Like most creative people, composers don't sit around staring at a blank wall, worrying about where the next musical idea is going to come from. And like most bright ideas, musical ones just happen.

Here's how the music and the poetry of The Conquistador came to be. During a visit to the library while he was still a professor at Hunter College in New York City, Myron Fink chanced upon a book. It may have been the purple cover that first caught his eye, but it was the title that grabbed him: The Martyr, The story of a Secret Jew and the Mexican Inquisition in the Sixteenth Century by Martin Cohen. He checked it out and on the train commute back to his Connecticut home read page after page after page.

Instantly he knew - this was going to be the subject of his next opera! A subject unknown to him and to most Americans, it was fascinating from a historical point of view - who had ever heard of Jews escaping from Mexico into the American southwest; indeed, who had ever heard of 16th century Jewish conquistadors - merchants, scholars, yes, but conquistadors!? And it made a fascinating study in psychology - of a man in denial, torn between his blood heritage and his religious faith; and of a society bedeviled by human intolerance - a demon that has not been stilled by time and a theme that is as modern now as it was then.

Convinced he had the elements of an exciting music drama, Myron Fink who does not write his own libretto, called his friend - librettist Donald Moreland.. ..

IMAGE: ANIMATED GIF - PHONE
"What?!!! Another opera?!!
Nah, it'll just be another Don Carlo...
              And will it ever get produced?"
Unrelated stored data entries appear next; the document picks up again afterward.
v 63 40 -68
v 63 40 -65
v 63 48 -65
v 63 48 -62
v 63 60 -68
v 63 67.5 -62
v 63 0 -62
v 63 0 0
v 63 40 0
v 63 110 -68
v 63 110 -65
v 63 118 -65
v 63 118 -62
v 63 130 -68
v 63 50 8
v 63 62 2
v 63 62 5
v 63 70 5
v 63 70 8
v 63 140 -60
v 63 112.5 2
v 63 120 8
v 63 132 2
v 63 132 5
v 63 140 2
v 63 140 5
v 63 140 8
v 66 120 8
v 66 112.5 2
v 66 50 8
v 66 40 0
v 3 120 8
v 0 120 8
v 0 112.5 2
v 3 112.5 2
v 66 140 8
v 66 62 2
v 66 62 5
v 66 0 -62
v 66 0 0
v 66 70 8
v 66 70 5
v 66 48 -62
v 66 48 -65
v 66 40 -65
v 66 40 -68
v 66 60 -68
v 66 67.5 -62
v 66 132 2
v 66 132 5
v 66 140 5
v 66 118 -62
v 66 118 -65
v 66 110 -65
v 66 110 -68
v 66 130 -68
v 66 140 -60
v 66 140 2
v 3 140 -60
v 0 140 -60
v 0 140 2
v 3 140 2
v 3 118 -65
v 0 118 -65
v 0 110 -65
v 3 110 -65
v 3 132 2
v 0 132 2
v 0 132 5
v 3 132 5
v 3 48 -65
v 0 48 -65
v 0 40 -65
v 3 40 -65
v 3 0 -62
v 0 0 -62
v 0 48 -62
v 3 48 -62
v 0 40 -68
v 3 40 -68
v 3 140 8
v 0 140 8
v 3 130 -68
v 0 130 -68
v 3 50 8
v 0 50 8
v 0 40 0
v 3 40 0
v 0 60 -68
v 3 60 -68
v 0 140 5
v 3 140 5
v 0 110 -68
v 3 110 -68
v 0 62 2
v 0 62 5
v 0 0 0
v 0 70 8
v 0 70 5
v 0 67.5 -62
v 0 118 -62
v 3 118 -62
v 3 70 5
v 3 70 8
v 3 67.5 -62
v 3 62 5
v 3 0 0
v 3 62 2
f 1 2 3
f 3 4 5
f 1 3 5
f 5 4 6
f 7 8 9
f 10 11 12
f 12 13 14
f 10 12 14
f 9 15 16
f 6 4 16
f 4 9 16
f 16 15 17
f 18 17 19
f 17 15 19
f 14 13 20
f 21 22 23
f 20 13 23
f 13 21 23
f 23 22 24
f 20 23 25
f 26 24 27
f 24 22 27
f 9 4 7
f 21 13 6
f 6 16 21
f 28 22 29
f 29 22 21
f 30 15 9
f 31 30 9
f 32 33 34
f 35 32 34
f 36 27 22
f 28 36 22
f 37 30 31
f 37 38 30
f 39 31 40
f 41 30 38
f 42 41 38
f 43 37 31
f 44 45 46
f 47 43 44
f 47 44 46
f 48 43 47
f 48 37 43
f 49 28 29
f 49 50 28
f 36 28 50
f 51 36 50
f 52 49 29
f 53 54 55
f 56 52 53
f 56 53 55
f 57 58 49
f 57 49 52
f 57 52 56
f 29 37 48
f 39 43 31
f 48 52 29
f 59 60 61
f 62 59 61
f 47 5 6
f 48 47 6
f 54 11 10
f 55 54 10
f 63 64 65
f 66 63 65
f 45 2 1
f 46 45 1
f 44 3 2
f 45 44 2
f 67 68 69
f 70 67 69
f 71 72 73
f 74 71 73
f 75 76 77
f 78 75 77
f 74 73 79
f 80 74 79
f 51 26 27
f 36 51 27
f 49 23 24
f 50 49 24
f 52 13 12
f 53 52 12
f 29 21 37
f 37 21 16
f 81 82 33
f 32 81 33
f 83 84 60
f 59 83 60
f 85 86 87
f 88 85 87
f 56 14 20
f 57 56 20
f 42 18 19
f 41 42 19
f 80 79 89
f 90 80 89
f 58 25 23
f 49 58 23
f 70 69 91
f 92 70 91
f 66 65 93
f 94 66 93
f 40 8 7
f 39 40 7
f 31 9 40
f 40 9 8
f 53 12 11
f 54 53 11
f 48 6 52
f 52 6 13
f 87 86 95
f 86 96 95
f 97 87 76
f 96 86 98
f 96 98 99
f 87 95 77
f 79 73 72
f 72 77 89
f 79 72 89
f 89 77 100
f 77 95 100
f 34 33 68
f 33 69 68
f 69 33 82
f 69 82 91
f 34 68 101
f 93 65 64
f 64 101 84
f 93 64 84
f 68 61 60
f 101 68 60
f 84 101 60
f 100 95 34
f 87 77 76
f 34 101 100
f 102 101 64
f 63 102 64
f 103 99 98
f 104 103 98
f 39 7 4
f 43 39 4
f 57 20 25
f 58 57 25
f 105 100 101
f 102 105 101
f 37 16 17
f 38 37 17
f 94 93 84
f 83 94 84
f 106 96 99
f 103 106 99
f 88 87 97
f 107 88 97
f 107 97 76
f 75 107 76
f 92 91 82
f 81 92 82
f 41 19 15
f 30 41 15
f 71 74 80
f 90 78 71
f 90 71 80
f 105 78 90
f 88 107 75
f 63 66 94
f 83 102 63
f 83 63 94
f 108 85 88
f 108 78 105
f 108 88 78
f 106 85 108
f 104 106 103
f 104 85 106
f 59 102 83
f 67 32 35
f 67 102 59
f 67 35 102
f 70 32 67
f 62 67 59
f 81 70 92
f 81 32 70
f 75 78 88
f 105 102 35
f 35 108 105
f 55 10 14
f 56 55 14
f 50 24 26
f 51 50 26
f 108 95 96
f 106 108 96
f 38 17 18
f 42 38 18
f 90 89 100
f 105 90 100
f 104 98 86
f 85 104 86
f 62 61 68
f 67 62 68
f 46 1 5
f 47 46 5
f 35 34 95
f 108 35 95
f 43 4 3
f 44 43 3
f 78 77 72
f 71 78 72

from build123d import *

# Parameters (mm, degrees)
EXTRUDE_1_DEPTH          = 66
CUT_EXTRUDE_1_DEPTH      = 170.870538941
CUT_EXTRUDE_1_DEPTH_BACK = 170.870538941
SKETCH_3_W               = 60
SKETCH_3_H               = 140


with BuildPart() as part:
    # 草图2 → 凸台-拉伸1 (new body)
    with BuildSketch(Plane(origin=(0, 0, 0), x_dir=(0, 0, -1), z_dir=(1, 0, 0))):
        Polygon((0, 140), (-2, 140), (-2, 132), (-5, 132), (-5, 140), (-8, 140), (-8, 120), (-2, 112.5), (-2, 70), (-2, 62), (-5, 62), (-5, 70), (-8, 70), (-8, 50), (0, 40), (0, 0), (60, 0), (62, 0), (62, 40), (62, 48), (65, 48), (65, 40), (68, 40), (68, 60), (62, 67.5), (62, 110), (62, 118), (65, 118), (65, 110), (68, 110), (68, 130), (60, 140), align=None)
    extrude(amount=EXTRUDE_1_DEPTH)

    # 草图3 → 切除-拉伸1 (cut, two sides: drawn at the far end of the back side and taken through both)
    with BuildSketch(Plane(origin=(0, 0, -62), x_dir=(-1, 0, 0), z_dir=(0, 0, -1)).offset(-CUT_EXTRUDE_1_DEPTH_BACK)):
        with Locations((-33, 70)):
            Rectangle(SKETCH_3_W, SKETCH_3_H)
    extrude(amount=CUT_EXTRUDE_1_DEPTH + CUT_EXTRUDE_1_DEPTH_BACK, mode=Mode.SUBTRACT)


with BuildPart() as cut_extrude_1_piece_1:
    # of the separate pieces the step leaves, piece 1, a body of its own (cut_extrude_1_pieces)
    add(part.part.solids().sort_by_distance((63, 140, 2))[0])


with BuildPart() as cut_extrude_1_piece_2:
    # of the separate pieces the step leaves, piece 2, a body of its own (cut_extrude_1_pieces)
    add(part.part.solids().sort_by_distance((0, 140, 2))[0])


solid = Compound([cut_extrude_1_piece_1.part, cut_extrude_1_piece_2.part])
The librettist's first impulse was to hang up the phone! But Myron was persistent and gave his friend the book to read. He did, and after a series of give-and-take with Myron, Don Moreland was, in his own words, "hooked". He signed on to the project. It would take him nine years to complete the text. After all, crafting a libretto (about the distant past) that works (for modern audiences) is no easy task, especially when one has to distil historical events that take place over decades into 3 hours of musical drama. The Conquistador was going to be an OPERA, not merely a pageant! (Click HERE to read Don Moreland's own vivid account of his role in the genesis of the opera.)

With libretto in hand, Myron set about his task of completing the music - he already had a potpourri of musical ideas in his head. He played the first bars of the music in his mind, and everything soon flowed from there. In nine months he had a piano score. And when finally the work was commissioned for a world-premiere performance, he produced the orchestration within a year. To Myron, composing music is not unlike writing a literary piece. Only instead of forming phrases from words, and sentences from phrases, the composer starts off by thinking in tones, which he then assembles into musical phrases which then develop into themes. With the orchestration, the work becomes magically multi-dimensional; in the case of opera, as Don Moreland puts it, the libretto, "the skeleton of the text", is given "flesh and blood". But only with the mounting of a stage production does the opera reach its full incarnation - as The Conquistador did in San Diego in the year 1997.